## Activity
Using the records below, repeat exactly the lines from the one holding "#87=EDGE_CURVE('',#81,#29,#86,.T.);" through the one holding "#96=ORIENTED_EDGE('',*,*,#93,.T.);", both ends included, and no others.

Dataset records
::::

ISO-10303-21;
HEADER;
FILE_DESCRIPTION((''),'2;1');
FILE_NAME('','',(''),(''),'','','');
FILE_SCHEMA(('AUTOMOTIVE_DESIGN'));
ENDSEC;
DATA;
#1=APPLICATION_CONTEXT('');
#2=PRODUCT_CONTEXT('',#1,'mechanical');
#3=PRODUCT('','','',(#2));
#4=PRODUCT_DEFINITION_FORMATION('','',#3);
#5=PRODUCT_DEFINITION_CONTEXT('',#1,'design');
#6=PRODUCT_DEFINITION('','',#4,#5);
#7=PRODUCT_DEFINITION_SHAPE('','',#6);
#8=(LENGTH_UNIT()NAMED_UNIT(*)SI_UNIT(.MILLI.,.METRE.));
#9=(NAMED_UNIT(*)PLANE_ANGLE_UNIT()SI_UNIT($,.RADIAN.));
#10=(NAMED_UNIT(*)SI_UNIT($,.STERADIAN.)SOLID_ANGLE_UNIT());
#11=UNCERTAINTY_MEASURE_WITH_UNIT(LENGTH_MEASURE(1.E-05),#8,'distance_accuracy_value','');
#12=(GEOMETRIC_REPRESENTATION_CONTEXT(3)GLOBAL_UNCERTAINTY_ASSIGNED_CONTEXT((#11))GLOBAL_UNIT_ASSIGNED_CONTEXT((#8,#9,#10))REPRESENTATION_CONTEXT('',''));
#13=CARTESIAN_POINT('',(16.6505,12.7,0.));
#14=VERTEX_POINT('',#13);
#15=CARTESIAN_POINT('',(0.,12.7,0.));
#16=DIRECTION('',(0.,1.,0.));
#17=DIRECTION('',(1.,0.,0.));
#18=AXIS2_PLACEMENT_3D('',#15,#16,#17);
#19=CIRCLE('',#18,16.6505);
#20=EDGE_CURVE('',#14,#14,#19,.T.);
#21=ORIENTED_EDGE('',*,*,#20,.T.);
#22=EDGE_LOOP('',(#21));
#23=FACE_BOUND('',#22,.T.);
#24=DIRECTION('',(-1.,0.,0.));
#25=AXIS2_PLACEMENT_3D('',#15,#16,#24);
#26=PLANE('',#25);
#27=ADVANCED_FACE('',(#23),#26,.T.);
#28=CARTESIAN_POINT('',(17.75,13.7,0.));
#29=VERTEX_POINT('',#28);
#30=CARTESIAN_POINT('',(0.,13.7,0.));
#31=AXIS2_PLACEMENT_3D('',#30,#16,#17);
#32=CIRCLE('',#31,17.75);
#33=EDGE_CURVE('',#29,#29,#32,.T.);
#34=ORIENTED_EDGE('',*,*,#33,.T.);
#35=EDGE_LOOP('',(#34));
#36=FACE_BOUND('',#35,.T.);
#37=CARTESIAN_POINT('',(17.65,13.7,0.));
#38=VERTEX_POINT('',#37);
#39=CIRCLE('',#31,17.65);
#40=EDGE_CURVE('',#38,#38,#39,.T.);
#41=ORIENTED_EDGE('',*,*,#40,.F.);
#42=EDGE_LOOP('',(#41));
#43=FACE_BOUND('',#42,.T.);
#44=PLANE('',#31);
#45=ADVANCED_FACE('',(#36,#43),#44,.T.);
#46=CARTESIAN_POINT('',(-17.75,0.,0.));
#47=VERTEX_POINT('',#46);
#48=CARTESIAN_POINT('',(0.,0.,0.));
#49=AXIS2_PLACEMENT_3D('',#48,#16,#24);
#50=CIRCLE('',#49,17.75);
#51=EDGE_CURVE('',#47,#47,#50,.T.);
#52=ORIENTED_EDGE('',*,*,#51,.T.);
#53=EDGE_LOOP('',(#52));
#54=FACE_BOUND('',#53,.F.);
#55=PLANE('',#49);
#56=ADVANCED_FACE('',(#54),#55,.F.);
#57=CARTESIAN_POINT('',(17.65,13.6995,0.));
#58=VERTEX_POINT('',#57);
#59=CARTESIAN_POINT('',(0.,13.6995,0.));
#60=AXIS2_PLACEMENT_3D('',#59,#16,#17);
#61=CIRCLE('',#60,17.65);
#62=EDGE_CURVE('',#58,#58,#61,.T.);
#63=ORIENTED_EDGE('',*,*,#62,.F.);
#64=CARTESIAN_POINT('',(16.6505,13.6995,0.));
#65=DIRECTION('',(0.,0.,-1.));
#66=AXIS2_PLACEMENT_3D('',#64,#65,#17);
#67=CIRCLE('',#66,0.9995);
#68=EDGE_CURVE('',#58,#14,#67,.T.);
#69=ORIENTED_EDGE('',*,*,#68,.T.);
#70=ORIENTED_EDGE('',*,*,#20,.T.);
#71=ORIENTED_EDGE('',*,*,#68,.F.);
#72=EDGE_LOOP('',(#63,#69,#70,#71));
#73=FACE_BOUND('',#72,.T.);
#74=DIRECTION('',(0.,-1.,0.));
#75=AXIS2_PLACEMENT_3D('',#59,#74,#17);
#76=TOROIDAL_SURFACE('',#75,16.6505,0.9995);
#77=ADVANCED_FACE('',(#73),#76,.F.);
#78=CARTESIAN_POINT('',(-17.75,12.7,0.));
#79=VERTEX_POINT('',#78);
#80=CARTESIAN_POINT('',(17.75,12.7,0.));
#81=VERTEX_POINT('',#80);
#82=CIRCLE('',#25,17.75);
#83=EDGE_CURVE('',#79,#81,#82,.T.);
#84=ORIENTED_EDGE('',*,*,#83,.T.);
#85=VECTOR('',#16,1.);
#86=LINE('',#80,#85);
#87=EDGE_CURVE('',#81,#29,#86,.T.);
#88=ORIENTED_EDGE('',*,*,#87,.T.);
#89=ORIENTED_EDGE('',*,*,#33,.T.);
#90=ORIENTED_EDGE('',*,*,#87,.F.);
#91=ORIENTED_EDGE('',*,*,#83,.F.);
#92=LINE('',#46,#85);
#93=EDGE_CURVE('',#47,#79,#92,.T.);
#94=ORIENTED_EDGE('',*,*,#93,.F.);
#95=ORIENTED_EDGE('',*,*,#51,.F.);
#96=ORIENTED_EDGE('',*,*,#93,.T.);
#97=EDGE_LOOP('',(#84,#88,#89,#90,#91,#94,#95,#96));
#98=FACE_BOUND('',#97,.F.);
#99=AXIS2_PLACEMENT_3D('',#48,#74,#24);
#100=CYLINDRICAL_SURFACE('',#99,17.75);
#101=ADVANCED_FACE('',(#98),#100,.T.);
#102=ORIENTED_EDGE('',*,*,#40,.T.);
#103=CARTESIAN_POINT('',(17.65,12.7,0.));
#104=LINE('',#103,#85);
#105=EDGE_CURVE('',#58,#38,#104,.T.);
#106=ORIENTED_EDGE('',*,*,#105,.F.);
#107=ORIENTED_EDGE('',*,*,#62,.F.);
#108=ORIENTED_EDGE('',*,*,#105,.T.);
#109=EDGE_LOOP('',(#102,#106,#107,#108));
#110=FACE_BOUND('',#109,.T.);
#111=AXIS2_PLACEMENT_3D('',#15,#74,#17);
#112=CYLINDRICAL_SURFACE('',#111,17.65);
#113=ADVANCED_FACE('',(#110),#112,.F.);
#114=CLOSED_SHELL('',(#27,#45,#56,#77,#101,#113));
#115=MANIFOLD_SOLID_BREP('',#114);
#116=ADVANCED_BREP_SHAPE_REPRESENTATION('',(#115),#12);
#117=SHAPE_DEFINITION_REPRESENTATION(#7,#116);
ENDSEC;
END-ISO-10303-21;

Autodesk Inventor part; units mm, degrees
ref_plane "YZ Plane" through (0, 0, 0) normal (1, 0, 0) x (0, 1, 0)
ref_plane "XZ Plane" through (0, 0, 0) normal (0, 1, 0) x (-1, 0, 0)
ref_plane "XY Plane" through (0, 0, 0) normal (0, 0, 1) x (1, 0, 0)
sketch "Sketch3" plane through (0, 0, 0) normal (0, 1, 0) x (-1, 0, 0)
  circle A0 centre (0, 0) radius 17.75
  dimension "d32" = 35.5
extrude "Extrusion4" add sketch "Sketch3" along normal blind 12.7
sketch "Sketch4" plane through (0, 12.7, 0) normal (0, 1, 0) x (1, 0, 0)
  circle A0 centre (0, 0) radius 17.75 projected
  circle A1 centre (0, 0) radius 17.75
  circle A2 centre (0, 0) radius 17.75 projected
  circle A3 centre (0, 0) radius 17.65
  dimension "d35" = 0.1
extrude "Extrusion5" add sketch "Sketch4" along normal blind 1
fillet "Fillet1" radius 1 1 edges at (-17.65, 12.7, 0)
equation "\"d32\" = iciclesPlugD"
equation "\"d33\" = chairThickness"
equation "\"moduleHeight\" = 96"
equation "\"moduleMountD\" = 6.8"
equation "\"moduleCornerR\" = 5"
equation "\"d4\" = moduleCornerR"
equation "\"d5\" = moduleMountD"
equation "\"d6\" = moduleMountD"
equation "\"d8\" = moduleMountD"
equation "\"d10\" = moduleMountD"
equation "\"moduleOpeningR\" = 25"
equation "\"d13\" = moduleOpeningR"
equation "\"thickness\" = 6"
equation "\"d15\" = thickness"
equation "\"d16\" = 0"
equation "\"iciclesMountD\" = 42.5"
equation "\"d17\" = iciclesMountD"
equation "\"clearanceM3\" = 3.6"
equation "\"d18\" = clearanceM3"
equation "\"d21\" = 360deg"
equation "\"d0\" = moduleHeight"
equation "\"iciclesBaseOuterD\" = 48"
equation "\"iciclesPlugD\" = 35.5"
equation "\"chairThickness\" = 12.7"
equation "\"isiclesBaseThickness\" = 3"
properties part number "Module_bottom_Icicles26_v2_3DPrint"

::::

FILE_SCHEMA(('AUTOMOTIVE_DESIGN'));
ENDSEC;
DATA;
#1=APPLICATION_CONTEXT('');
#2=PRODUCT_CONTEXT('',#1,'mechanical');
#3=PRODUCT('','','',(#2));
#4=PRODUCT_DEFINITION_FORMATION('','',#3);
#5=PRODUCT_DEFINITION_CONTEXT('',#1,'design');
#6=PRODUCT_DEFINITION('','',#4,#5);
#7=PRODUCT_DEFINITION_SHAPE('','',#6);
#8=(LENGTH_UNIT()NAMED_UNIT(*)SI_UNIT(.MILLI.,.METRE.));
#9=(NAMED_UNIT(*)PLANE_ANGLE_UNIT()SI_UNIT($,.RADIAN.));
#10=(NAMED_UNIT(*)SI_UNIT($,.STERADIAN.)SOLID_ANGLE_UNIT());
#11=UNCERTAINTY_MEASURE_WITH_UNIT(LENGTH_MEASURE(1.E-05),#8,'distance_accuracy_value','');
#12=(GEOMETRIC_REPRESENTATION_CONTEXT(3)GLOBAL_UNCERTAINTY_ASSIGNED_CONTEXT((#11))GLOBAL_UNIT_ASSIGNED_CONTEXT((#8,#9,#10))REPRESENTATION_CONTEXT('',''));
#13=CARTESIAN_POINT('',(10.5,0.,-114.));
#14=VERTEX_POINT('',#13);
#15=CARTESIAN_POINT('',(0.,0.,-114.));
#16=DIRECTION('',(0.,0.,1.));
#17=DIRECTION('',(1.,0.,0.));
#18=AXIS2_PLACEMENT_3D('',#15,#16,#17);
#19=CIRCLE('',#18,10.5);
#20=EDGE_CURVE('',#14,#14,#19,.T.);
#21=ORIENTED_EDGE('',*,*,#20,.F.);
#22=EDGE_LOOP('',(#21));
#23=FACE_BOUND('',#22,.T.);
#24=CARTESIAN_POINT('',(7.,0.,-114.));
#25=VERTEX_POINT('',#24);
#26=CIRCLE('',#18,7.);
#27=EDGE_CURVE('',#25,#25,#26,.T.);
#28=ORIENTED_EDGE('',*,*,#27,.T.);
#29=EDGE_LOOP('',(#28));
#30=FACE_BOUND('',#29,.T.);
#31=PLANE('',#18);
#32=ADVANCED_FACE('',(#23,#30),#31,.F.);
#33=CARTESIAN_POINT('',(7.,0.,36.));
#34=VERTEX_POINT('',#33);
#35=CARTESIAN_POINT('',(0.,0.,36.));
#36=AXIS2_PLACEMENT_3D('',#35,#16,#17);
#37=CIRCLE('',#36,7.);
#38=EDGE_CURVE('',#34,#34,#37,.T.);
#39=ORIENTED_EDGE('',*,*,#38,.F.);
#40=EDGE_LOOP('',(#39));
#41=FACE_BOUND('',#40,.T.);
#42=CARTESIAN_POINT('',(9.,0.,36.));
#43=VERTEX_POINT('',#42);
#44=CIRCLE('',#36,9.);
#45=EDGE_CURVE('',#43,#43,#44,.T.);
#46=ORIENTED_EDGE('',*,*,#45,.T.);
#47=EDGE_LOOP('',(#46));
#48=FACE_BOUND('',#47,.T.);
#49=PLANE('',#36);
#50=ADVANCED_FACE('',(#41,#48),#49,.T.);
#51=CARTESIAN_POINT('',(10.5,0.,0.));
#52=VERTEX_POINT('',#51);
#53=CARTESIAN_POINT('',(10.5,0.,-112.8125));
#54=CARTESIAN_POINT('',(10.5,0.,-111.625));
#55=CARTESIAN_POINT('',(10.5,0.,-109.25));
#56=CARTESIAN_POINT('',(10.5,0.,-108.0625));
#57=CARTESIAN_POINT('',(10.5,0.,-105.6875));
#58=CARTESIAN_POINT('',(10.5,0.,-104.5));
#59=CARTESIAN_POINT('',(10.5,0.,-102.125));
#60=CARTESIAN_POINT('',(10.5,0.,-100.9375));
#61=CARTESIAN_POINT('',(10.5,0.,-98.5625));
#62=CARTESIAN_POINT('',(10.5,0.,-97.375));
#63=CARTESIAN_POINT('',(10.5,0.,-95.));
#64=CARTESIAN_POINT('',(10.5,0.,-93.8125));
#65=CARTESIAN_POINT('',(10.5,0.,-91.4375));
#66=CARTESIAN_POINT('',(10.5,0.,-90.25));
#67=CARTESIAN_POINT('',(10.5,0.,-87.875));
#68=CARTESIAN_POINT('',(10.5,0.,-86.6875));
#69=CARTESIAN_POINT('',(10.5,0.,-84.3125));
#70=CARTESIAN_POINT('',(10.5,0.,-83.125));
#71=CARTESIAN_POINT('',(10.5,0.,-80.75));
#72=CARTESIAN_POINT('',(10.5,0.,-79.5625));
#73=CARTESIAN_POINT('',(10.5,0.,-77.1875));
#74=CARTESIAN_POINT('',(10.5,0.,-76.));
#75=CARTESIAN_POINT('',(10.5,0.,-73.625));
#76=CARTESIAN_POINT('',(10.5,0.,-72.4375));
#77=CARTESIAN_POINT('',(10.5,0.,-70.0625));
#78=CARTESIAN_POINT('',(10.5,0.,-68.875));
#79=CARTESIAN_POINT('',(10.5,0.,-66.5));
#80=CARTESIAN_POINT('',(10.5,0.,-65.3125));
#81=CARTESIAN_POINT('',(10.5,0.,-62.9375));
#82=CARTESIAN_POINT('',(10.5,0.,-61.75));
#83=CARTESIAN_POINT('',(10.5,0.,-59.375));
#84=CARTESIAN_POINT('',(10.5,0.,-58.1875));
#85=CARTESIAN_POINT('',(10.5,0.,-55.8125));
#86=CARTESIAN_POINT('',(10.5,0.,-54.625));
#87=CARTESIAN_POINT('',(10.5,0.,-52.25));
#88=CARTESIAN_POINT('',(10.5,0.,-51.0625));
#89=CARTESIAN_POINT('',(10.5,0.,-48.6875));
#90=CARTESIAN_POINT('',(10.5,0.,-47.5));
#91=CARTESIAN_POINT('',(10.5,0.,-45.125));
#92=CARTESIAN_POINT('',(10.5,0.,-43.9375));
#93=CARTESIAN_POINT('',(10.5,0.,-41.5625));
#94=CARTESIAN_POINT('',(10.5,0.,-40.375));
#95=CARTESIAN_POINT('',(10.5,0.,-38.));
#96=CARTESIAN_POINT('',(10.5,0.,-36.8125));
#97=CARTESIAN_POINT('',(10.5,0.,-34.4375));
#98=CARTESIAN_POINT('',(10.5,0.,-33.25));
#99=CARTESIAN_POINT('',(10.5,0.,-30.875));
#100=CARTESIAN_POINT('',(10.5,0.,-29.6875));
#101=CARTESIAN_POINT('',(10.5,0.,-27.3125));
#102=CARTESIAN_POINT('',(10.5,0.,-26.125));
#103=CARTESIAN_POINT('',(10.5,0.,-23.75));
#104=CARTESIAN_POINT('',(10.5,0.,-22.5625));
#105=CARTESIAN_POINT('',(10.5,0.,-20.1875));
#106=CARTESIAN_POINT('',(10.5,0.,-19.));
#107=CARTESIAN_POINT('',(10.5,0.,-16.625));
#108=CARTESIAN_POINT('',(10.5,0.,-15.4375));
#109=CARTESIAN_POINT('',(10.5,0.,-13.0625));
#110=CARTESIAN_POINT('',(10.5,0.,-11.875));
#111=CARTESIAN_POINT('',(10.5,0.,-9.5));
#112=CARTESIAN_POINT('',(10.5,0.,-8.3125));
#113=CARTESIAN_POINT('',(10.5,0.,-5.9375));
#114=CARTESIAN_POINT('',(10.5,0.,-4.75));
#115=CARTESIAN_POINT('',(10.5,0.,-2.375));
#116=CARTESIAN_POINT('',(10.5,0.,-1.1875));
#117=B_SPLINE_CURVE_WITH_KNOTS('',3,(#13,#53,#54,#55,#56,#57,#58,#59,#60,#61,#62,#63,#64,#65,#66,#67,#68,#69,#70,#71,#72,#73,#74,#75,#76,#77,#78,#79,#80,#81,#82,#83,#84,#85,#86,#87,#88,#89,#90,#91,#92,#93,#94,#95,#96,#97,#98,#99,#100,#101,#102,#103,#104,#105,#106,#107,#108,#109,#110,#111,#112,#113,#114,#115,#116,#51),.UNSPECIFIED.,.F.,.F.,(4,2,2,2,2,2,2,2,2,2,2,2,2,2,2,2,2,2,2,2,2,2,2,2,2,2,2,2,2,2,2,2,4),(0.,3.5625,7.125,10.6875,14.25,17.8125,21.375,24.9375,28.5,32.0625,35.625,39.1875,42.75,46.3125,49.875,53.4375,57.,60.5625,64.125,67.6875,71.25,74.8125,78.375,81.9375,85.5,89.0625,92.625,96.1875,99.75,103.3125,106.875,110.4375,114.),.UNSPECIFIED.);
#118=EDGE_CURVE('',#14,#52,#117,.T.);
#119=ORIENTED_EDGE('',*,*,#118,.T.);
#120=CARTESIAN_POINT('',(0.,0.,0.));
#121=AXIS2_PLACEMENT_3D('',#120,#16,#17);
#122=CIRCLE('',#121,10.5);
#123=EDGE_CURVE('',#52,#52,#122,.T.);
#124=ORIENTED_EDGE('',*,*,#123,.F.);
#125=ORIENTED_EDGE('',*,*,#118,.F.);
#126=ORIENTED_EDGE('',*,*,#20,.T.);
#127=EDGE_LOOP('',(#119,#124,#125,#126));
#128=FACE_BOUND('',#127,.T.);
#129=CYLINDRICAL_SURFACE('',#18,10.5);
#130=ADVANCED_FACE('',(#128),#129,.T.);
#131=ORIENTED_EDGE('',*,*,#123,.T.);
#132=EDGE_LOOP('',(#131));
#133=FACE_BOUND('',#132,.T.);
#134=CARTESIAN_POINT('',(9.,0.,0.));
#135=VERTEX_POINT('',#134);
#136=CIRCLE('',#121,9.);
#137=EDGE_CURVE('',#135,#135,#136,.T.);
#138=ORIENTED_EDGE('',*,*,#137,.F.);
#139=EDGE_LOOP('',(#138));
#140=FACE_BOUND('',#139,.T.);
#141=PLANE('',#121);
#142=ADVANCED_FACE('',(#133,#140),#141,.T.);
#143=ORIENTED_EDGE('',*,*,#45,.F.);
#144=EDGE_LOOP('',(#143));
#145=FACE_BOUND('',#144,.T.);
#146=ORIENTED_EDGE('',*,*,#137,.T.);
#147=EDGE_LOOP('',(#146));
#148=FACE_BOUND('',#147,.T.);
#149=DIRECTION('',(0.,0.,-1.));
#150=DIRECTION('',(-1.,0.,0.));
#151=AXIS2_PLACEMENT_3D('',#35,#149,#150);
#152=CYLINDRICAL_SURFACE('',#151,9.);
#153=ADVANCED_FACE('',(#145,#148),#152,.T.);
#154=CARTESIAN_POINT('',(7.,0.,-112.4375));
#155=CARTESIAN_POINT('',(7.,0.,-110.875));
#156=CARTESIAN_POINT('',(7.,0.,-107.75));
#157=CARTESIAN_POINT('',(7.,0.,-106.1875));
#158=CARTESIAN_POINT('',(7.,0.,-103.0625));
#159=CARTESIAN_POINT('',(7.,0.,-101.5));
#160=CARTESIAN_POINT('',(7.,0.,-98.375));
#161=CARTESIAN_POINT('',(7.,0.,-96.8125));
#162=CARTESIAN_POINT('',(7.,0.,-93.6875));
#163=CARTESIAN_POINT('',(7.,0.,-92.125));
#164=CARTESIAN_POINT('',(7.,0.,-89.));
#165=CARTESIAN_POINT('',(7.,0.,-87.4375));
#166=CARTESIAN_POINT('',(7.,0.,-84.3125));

::::

## Reply
#87=EDGE_CURVE('',#81,#29,#86,.T.);
#88=ORIENTED_EDGE('',*,*,#87,.T.);
#89=ORIENTED_EDGE('',*,*,#33,.T.);
#90=ORIENTED_EDGE('',*,*,#87,.F.);
#91=ORIENTED_EDGE('',*,*,#83,.F.);
#92=LINE('',#46,#85);
#93=EDGE_CURVE('',#47,#79,#92,.T.);
#94=ORIENTED_EDGE('',*,*,#93,.F.);
#95=ORIENTED_EDGE('',*,*,#51,.F.);
#96=ORIENTED_EDGE('',*,*,#93,.T.);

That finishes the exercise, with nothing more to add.